Mendoncinha deu de ombros e foi embora, seguro de que , em no máximo um ou dois dias, a dívida seria paga.
Mas a vida sempre nos prega peças!
O que é bom termina rápido, deixa um gosto agradável na boca e recordações que o tempo não pode apagar...
Katienne some no mundo , a exemplo da outra.

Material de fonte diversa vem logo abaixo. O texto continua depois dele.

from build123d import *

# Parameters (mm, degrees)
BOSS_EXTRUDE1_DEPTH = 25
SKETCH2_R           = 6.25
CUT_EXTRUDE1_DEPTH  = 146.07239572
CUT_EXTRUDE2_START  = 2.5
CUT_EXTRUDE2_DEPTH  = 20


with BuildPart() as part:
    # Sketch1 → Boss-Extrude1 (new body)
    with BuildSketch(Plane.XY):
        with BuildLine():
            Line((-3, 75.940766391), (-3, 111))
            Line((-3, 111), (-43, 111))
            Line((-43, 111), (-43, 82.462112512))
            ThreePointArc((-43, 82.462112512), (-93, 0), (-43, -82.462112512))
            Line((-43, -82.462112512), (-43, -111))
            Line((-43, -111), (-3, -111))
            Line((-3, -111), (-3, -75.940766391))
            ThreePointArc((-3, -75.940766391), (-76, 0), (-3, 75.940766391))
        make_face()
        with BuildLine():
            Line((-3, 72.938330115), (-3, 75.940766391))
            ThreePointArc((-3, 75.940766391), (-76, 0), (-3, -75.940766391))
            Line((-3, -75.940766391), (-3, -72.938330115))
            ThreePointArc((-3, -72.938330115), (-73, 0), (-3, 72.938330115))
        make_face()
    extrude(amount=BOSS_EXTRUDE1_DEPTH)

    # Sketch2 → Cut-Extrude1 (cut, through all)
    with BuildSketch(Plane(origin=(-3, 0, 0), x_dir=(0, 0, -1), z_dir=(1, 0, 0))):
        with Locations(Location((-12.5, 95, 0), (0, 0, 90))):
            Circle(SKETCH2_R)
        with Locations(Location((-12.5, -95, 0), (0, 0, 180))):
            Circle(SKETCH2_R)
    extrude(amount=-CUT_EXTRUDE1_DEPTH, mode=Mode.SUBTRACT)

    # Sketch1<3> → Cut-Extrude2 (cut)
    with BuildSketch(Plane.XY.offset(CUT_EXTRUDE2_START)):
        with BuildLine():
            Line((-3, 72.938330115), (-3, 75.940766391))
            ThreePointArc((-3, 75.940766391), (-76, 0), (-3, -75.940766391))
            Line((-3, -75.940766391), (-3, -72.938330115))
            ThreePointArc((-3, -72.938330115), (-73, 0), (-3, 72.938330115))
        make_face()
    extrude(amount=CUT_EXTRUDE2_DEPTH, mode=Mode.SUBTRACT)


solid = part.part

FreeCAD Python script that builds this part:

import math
import FreeCAD as App
import Part
import Sketcher
from FreeCAD import Vector

doc = App.newDocument("Part")
body = doc.addObject("PartDesign::Body", "Body")

sketch1 = body.newObject("Sketcher::SketchObject", "Sketch")
sketch1.AttachmentSupport = (doc.getObject("XY_Plane"), [""])
sketch1.MapMode = "FlatFace"
sketch1.addGeometry([
    Part.LineSegment(Vector(-3, 111, 0), Vector(-43, 111, 0)),
    Part.LineSegment(Vector(-43, 111, 0), Vector(-43, 82.462113, 0)),
    Part.ArcOfCircle(Part.Circle(Vector(0, 0, 0), Vector(0, 0, 1), 93), math.radians(117.53986), math.radians(242.46014)),
    Part.LineSegment(Vector(-43, -82.462113, 0), Vector(-43, -111, 0)),
    Part.LineSegment(Vector(-43, -111, 0), Vector(-3, -111, 0)),
    Part.LineSegment(Vector(-3, -111, 0), Vector(-3, -72.93833, 0)),
    Part.ArcOfCircle(Part.Circle(Vector(0, 0, 0), Vector(0, 0, 1), 73), math.radians(92.355284), math.radians(267.644716)),
    Part.LineSegment(Vector(-3, 72.93833, 0), Vector(-3, 111, 0)),
], False)
sketch1.addConstraint([
    Sketcher.Constraint("Coincident", 0, 2, 1, 1),
    Sketcher.Constraint("Coincident", 1, 2, 2, 1),
    Sketcher.Constraint("Coincident", 2, 2, 3, 1),
    Sketcher.Constraint("Coincident", 3, 2, 4, 1),
    Sketcher.Constraint("Coincident", 4, 2, 5, 1),
    Sketcher.Constraint("Coincident", 5, 2, 6, 2),
    Sketcher.Constraint("Coincident", 6, 1, 7, 1),
    Sketcher.Constraint("Coincident", 7, 2, 0, 1),
    Sketcher.Constraint("Horizontal", 0),
    Sketcher.Constraint("Vertical", 1),
    Sketcher.Constraint("Vertical", 3),
    Sketcher.Constraint("Horizontal", 4),
    Sketcher.Constraint("Vertical", 5),
    Sketcher.Constraint("Vertical", 7),
    Sketcher.Constraint("Coincident", 2, 3, -1, 1),
    Sketcher.Constraint("Coincident", 6, 3, -1, 1),
    Sketcher.Constraint("Symmetric", 0, 2, 3, 2, -1),
    Sketcher.Constraint("Vertical", 5, 2, 6, 1),
    Sketcher.Constraint("Radius", 2, 93.0),
    Sketcher.Constraint("Radius", 6, 73.0),
    Sketcher.Constraint("DistanceX", 0, 2, 0, 1, 40.0),
    Sketcher.Constraint("DistanceX", 0, 2, -1, 1, 43.0),
    Sketcher.Constraint("DistanceY", -1, 1, 0, 2, 111.0),
])
pad1 = body.newObject("PartDesign::Pad", "Pad")
pad1.Profile = sketch1
pad1.Length = 25

sketch2 = body.newObject("Sketcher::SketchObject", "Sketch001")
sketch2.AttachmentSupport = (doc.getObject("YZ_Plane"), [""])
sketch2.MapMode = "FlatFace"
sketch2.AttachmentOffset = App.Placement(Vector(0, 0, -3), App.Rotation())
sketch2.addGeometry([
    Part.Circle(Vector(95, 12.5, 0), Vector(0, 0, 1), 6.25),
    Part.Circle(Vector(-95, 12.5, 0), Vector(0, 0, 1), 6.25),
], False)
sketch2.addConstraint([
    Sketcher.Constraint("Equal", 0, 1),
    Sketcher.Constraint("Symmetric", 0, 3, 1, 3, -2),
    Sketcher.Constraint("Diameter", 0, 12.5),
    Sketcher.Constraint("DistanceX", -1, 1, 0, 3, 95.0),
    Sketcher.Constraint("DistanceY", -1, 1, 0, 3, 12.5),
])
pocket1 = body.newObject("PartDesign::Pocket", "Pocket")
pocket1.Profile = sketch2
pocket1.Type = "ThroughAll"

sketch3 = body.newObject("Sketcher::SketchObject", "Sketch002")
sketch3.AttachmentSupport = (doc.getObject("XY_Plane"), [""])
sketch3.MapMode = "FlatFace"
sketch3.AttachmentOffset = App.Placement(Vector(0, 0, 2.5), App.Rotation())
sketch3.addGeometry([
    Part.LineSegment(Vector(-3, 72.93833, 0), Vector(-3, 75.940766, 0)),
    Part.ArcOfCircle(Part.Circle(Vector(0, 0, 0), Vector(0, 0, 1), 76), math.radians(92.262263), math.radians(267.737737)),
    Part.LineSegment(Vector(-3, -75.940766, 0), Vector(-3, -72.93833, 0)),
    Part.ArcOfCircle(Part.Circle(Vector(0, 0, 0), Vector(0, 0, 1), 73), math.radians(92.355284), math.radians(267.644716)),
], False)
sketch3.addConstraint([
    Sketcher.Constraint("Coincident", 0, 2, 1, 1),
    Sketcher.Constraint("Coincident", 1, 2, 2, 1),
    Sketcher.Constraint("Coincident", 2, 2, 3, 2),
    Sketcher.Constraint("Coincident", 3, 1, 0, 1),
    Sketcher.Constraint("Vertical", 0),
    Sketcher.Constraint("Vertical", 2),
    Sketcher.Constraint("Coincident", 1, 3, -1, 1),
    Sketcher.Constraint("Coincident", 3, 3, -1, 1),
    Sketcher.Constraint("Vertical", 0, 2, 1, 2),
    Sketcher.Constraint("Radius", 1, 76.0),
    Sketcher.Constraint("Radius", 3, 73.0),
    Sketcher.Constraint("DistanceX", 0, 2, -1, 1, 3.0),
])
pocket2 = body.newObject("PartDesign::Pocket", "Pocket001")
pocket2.Profile = sketch3
pocket2.Length = 20
pocket2.Reversed = True

doc.recompute()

Ah, Praça Joel Mendes velha de guerra... somente você é testemunha do abnegado esforço diário que este senhor fez, durante dez anos, para encontrar de novo com a quenga de seus sonhos. Suas bancas de flores foram privilegiadas espectadoras do comprometimento fiel deste senhor em reencontrar a felicidade em forma de buceta. Quantas e quantas vezes descontou na patroa toda a frustração por não conseguir um novo round, pela terceiravez na sua vida, com a aquela que seria para ele a puta perfeita! Mesmo com os anos se passando e ele já dobrando a casa dos setenta anos, a libidinosa recordação de sua prima amada e uma certa pílula azul eram seus grandes aliados para cumprir as suas obrigações conjugais , até o último momento de seu casamento.
Amélia faleceu em 2010.
Mendoncinha contava então com 75 anos. Apesar da enorme falta que fazia sua mulher, a vida continuava. Sua filha e seus dois netinhos sempre o visitavam. Apesar da solidão que sentia, vivendo sozinho naquela casa em que dividiu sua vida com sua mullher por mais de quarenta anos, ele se virava. Todos os dias vinha uma moça, que limpava a casa, deixava tudo brilhando e cheiroso. Fazia a comida seguindo rigidamente as recomendações de Doutor Wilfried.
Que diabos!!! Tinha mais de setenta anos, mas estava inteiro. Todos os seus bons amigos já não estavam mais entre os mortais: Ranulfo, Dimas e o Aquiles, entre outros. Ele era o último dos moicanos. O decano de uma turma de amigos putanheiros, bêbados e canalhas...
Naquele dia, resolveu fazer algo que tinha deixado pra trás por muitos e muitos anos. Lembrara de seus amigos, seus bons amigos, e decidiu comer uma puta para celebrar o fato de ainda estar vivo e , graças ao advento do viagra, comer qualquer lebre que lhe passasse pelas mãos.
Tirou a carteira do bolso, onde guardava os telefones das putas que eventualmente comia. Não eram todas que atendiam bem aos coroas como ele. Sempre precavido, guardava os números todos em um bolso feito originalmente para guardas moedas.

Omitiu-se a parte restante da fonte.